In PC patients with BR referred for 68Ga-PSMA-11 PET/CT, application of a forced diuresis protocol with 500 mL of NaCl 0.9% and 20 mg of furosemide, injected simultaneously with the radiotracer, has the potential to significantly increase the detection rate of LRs. Moreover, early injection of furosemide does not seem to have a negative influence on organ distribution of 68Ga-PSMA-11 and does not impair lesion detectability of the examination.

DISCLOSURE

No potential conflict of interest relevant to this article was reported.

KEY POINTS

  • QUESTION: Does intravenous administration of furosemide increase detection rate of LR in PC patients with BR referred for 68Ga-PSMA-11 PET/CT?

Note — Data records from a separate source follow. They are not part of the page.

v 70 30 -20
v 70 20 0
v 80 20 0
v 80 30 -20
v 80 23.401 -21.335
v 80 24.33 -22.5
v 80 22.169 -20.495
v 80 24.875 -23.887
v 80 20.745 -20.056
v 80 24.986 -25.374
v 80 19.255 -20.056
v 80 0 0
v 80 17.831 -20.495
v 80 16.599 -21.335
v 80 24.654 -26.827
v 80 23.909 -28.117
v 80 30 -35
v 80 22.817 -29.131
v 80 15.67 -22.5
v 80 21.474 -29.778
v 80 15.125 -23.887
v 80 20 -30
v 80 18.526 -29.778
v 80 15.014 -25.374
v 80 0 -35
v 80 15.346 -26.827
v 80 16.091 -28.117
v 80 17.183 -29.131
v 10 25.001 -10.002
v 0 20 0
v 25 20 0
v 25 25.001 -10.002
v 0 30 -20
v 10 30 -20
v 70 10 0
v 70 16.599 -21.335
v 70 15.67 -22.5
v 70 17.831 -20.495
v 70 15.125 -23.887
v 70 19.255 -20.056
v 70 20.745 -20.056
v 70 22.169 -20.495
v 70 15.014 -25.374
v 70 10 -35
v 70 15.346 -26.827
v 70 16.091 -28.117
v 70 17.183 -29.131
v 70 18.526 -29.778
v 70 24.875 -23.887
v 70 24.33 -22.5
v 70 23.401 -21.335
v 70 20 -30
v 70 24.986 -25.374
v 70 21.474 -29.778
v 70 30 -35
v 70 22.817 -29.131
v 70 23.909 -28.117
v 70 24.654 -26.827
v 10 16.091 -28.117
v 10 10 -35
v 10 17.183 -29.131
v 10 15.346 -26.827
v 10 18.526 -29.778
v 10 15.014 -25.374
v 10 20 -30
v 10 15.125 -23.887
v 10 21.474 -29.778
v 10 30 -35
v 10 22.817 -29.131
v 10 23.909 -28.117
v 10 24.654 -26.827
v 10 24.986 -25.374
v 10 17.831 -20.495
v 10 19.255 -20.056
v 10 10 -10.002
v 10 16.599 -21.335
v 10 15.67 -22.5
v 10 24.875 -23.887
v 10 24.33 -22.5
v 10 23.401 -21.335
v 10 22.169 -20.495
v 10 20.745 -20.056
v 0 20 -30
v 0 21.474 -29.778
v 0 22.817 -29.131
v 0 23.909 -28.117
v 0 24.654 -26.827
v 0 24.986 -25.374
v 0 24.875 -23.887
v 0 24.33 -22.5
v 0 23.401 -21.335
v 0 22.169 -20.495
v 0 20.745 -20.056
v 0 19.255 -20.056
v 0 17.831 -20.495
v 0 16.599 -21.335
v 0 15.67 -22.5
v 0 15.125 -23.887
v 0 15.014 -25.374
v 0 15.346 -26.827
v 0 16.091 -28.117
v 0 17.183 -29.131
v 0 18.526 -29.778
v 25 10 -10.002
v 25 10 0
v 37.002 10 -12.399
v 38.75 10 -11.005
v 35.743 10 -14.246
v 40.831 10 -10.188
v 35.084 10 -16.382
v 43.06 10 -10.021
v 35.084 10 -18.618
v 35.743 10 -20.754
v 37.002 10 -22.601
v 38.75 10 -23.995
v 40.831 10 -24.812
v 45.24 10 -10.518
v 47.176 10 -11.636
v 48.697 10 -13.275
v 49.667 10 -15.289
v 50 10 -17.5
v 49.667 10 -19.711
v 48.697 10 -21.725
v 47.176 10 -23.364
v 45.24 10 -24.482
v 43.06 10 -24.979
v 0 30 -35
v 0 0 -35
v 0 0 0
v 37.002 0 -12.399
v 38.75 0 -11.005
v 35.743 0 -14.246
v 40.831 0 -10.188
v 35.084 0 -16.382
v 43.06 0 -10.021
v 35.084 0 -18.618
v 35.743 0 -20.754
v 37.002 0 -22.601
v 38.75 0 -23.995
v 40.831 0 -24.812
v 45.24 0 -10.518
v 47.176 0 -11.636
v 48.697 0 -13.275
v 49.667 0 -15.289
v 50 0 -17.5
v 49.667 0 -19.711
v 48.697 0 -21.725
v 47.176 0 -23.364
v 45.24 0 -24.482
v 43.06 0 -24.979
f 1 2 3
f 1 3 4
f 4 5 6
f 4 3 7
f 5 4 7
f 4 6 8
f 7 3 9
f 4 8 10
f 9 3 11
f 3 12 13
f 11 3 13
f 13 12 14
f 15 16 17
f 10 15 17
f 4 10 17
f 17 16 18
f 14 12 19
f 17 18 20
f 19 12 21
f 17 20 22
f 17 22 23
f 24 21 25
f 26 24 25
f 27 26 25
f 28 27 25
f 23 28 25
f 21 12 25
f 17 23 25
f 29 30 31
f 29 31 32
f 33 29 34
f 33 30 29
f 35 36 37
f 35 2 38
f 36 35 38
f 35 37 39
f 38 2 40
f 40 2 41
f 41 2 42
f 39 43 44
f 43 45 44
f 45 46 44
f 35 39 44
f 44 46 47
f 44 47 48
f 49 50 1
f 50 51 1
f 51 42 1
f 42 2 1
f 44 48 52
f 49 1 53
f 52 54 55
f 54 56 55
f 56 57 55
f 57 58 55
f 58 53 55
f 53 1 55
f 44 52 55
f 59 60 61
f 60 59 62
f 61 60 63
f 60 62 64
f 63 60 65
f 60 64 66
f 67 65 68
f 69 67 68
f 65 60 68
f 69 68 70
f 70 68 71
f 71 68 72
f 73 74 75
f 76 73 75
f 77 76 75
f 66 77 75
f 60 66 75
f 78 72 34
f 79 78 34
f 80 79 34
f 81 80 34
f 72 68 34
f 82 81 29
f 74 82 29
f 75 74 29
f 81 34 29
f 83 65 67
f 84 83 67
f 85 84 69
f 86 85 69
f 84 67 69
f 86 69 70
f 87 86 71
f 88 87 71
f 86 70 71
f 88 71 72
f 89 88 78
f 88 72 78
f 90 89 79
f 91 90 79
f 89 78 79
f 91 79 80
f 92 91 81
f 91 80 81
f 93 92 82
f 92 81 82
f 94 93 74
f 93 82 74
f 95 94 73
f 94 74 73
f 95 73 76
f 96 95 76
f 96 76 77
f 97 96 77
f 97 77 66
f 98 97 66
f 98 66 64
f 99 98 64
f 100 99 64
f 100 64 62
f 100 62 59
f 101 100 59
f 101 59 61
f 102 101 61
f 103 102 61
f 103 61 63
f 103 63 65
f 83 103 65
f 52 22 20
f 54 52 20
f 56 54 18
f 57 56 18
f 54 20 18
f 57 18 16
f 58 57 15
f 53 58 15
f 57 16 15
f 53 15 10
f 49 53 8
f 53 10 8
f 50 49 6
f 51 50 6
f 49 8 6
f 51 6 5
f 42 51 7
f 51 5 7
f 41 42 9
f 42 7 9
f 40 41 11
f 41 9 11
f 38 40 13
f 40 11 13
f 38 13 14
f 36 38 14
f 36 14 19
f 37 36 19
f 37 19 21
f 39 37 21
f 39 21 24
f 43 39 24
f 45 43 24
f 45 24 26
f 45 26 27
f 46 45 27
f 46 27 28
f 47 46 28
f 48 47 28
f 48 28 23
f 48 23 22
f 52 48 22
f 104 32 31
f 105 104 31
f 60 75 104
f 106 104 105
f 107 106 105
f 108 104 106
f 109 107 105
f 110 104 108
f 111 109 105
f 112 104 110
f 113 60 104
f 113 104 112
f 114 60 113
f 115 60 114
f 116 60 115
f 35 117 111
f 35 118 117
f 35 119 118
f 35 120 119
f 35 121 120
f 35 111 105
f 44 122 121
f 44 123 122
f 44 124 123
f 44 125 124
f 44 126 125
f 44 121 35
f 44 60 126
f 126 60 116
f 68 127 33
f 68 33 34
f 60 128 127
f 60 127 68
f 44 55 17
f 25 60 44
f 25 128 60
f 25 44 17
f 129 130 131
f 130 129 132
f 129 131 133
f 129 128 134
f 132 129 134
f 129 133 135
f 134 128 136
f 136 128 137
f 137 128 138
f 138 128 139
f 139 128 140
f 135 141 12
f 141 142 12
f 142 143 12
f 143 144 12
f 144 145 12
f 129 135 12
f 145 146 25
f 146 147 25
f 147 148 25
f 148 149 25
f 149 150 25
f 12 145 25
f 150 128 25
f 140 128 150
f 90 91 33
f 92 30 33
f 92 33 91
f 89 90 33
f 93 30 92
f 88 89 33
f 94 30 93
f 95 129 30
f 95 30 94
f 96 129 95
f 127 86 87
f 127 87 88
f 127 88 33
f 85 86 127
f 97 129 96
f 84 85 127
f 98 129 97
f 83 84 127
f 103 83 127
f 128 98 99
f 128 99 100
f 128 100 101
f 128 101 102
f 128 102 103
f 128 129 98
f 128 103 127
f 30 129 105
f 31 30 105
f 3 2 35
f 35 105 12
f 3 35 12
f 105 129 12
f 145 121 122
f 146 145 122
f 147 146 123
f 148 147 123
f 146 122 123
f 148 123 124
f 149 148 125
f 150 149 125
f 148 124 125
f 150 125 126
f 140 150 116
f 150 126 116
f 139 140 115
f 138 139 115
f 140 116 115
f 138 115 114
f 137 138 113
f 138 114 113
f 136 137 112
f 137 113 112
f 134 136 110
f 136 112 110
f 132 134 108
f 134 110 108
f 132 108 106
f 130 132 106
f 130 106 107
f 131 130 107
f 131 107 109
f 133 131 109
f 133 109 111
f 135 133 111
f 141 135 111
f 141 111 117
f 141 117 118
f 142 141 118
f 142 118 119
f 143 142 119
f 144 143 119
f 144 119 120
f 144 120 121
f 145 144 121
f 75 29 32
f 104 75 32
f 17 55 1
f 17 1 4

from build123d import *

# Parameters (mm, degrees)
SKETCH1_W           = 80
SKETCH1_H           = 35
BOSS_EXTRUDE1_DEPTH = 30
CUT_EXTRUDE1_DEPTH  = 20
CUT_EXTRUDE2_DEPTH  = 81
SKETCH4_R           = 5
CUT_EXTRUDE4_DEPTH  = 81
SKETCH5_R           = 7.5
CUT_EXTRUDE5_DEPTH  = 11


with BuildPart() as part:
    # Sketch1 → Boss-Extrude1 (new body)
    with BuildSketch(Plane(origin=(0, 0, 0), x_dir=(1, 0, 0), z_dir=(0, 1, 0))):
        with Locations((40, 17.5)):
            Rectangle(SKETCH1_W, SKETCH1_H)
    extrude(amount=BOSS_EXTRUDE1_DEPTH)

    # Sketch2 → Cut-Extrude1 (cut)
    with BuildSketch(Plane(origin=(0, 30, 0), x_dir=(1, 0, 0), z_dir=(0, 1, 0))):
        Polygon((10, 35), (10, 10.002355001), (25, 10.002355001), (25, 0), (70, 0), (70, 35), align=None)
    extrude(amount=-CUT_EXTRUDE1_DEPTH, mode=Mode.SUBTRACT)

    # Sketch3 → Cut-Extrude2 (cut, through all)
    with BuildSketch(Plane.ZY):
        Polygon((0, 30), (0, 20), (-20, 30), align=None)
    extrude(amount=-CUT_EXTRUDE2_DEPTH, mode=Mode.SUBTRACT)

    # Sketch4 → Cut-Extrude4 (cut, through all)
    with BuildSketch(Plane(origin=(80, 0, 0), x_dir=(0, 0, -1), z_dir=(1, 0, 0))):
        with Locations((25, 20)):
            Circle(SKETCH4_R)
    extrude(amount=-CUT_EXTRUDE4_DEPTH, mode=Mode.SUBTRACT)

    # Sketch5 → Cut-Extrude5 (cut, through all)
    with BuildSketch(Plane(origin=(0, 10, 0), x_dir=(1, 0, 0), z_dir=(0, 1, 0))):
        with Locations((42.5, 17.5)):
            Circle(SKETCH5_R)
    extrude(amount=-CUT_EXTRUDE5_DEPTH, mode=Mode.SUBTRACT)


solid = part.part
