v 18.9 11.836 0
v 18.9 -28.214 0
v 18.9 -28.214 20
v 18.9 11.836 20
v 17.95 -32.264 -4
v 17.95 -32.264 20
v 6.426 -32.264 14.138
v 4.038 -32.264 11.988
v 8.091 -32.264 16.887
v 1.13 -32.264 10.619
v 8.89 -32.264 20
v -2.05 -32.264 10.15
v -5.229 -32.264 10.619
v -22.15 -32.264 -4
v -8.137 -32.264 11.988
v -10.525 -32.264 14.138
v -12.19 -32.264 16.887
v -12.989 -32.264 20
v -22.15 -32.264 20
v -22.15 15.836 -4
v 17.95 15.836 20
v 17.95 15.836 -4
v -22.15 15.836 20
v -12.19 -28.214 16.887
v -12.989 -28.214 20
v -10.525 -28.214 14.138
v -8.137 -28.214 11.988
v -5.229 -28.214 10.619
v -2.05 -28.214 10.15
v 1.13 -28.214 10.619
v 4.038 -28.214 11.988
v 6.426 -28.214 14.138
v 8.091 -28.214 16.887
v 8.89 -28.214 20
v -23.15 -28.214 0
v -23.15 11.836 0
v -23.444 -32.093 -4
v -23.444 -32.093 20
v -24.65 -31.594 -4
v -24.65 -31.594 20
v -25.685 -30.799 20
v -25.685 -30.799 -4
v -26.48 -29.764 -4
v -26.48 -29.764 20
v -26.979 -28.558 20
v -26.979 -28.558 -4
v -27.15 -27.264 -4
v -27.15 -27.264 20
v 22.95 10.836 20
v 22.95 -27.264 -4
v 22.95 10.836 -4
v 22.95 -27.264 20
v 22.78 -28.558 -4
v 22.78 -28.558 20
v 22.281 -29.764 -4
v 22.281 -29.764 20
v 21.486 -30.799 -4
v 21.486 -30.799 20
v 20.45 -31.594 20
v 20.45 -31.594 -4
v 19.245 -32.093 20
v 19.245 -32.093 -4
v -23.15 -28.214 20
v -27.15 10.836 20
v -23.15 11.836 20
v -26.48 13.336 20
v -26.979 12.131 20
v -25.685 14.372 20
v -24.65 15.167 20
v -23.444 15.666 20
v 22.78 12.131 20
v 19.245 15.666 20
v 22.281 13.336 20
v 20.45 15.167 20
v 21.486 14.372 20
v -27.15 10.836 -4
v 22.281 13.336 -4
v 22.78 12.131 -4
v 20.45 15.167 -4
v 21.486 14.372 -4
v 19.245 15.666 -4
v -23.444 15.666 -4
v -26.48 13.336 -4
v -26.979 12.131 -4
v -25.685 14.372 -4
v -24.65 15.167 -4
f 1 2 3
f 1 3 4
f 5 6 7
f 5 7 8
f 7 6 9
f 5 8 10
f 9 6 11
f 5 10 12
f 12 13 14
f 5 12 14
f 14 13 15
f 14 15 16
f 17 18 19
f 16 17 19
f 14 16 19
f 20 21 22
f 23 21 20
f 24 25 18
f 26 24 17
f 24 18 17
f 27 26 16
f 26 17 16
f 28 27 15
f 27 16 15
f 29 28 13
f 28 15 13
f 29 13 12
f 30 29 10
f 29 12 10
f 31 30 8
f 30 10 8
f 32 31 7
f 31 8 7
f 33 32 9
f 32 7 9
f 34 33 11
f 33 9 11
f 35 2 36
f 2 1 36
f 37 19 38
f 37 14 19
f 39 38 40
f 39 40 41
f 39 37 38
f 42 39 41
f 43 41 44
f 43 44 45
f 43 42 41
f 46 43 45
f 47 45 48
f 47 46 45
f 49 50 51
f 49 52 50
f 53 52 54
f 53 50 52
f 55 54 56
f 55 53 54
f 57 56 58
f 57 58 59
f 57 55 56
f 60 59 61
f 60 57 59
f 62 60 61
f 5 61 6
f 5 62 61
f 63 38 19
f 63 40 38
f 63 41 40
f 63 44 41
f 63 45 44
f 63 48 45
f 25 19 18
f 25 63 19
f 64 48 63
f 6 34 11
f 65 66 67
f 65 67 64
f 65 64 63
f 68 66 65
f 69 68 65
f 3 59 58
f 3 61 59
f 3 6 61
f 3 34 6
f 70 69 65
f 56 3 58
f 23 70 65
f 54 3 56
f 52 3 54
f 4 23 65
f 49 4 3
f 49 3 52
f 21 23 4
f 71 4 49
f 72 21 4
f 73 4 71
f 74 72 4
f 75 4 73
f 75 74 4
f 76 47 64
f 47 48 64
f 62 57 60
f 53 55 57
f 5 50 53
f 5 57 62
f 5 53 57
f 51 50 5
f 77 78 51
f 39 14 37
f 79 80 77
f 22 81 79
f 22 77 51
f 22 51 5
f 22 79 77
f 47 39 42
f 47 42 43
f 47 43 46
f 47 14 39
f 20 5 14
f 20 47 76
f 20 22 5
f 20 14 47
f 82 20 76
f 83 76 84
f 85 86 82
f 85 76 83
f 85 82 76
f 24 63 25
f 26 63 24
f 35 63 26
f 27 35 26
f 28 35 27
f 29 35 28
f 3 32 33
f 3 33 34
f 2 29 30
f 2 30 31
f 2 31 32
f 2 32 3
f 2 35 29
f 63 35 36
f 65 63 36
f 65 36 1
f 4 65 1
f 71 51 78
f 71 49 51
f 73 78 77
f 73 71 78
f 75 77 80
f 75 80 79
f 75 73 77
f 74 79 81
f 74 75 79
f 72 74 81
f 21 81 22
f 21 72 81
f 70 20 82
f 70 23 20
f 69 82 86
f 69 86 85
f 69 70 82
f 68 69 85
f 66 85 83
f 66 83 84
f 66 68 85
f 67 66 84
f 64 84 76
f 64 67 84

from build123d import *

# Parameters (mm, degrees)
ESBO_O1_W                = 50.1
ESBO_O1_H                = 48.1
ESBO_O1_W_2              = 42.05
ESBO_O1_H_2              = 40.05
RESSALTO_EXTRUS_O1_DEPTH = 20
ESBO_O3_W                = 50.1
ESBO_O3_H                = 48.1
RESSALTO_EXTRUS_O3_DEPTH = 4
ESBO_O4_R                = 11
CORTE_EXTRUS_O1_DEPTH    = 14
FILETE2_R                = 5


with BuildPart() as part:
    # Esboço1 → Ressalto-extrusão1 (new body)
    with BuildSketch(Plane.XY):
        with Locations((-2.099570717, -8.213533835)):
            Rectangle(ESBO_O1_W, ESBO_O1_H)
        with Locations((-2.124570717, -8.188533835)):
            Rectangle(ESBO_O1_W_2, ESBO_O1_H_2, mode=Mode.SUBTRACT)
    extrude(amount=RESSALTO_EXTRUS_O1_DEPTH)

    # Esboço3 → Ressalto-extrusão3 (add)
    with BuildSketch(Plane(origin=(0, 0, 0), x_dir=(-1, 0, 0), z_dir=(0, 0, -1))):
        with Locations((2.099570717, -8.213533835)):
            Rectangle(ESBO_O3_W, ESBO_O3_H)
    extrude(amount=RESSALTO_EXTRUS_O3_DEPTH)

    # Esboço4 → Corte-extrusão1 (cut)
    with BuildSketch(Plane.XZ.offset(32.263533835)):
        with Locations((-2.049570717, 21.15)):
            Circle(ESBO_O4_R)
    extrude(amount=-CORTE_EXTRUS_O1_DEPTH, mode=Mode.SUBTRACT)

    # Filete2
    filete2_edges = [part.edges().sort_by_distance(p)[0] for p in [
        (-27.149570717, 15.836466165, 8),
        (22.950429283, 15.836466165, 8),
        (22.950429283, -32.263533835, 8),
        (-27.149570717, -32.263533835, 8),
    ]]
    fillet(filete2_edges, radius=FILETE2_R)


solid = part.part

  • PERTINENT FINDINGS: In a retrospective analysis of 440 PC patients undergoing 68Ga-PSMA-11 PET/CT for BR, detection rate of LR is significantly higher in patients injected with 20 mg of furosemide at the time point of tracer administration in comparison with patients receiving no furosemide.

  • IMPLICATIONS FOR PATIENT CARE: A more accurate assessment of the prostatic fossa after definitive primary therapy has a major impact on therapeutic management in PC patients with BR, especially in those patients in whom salvage radiation therapy is considered.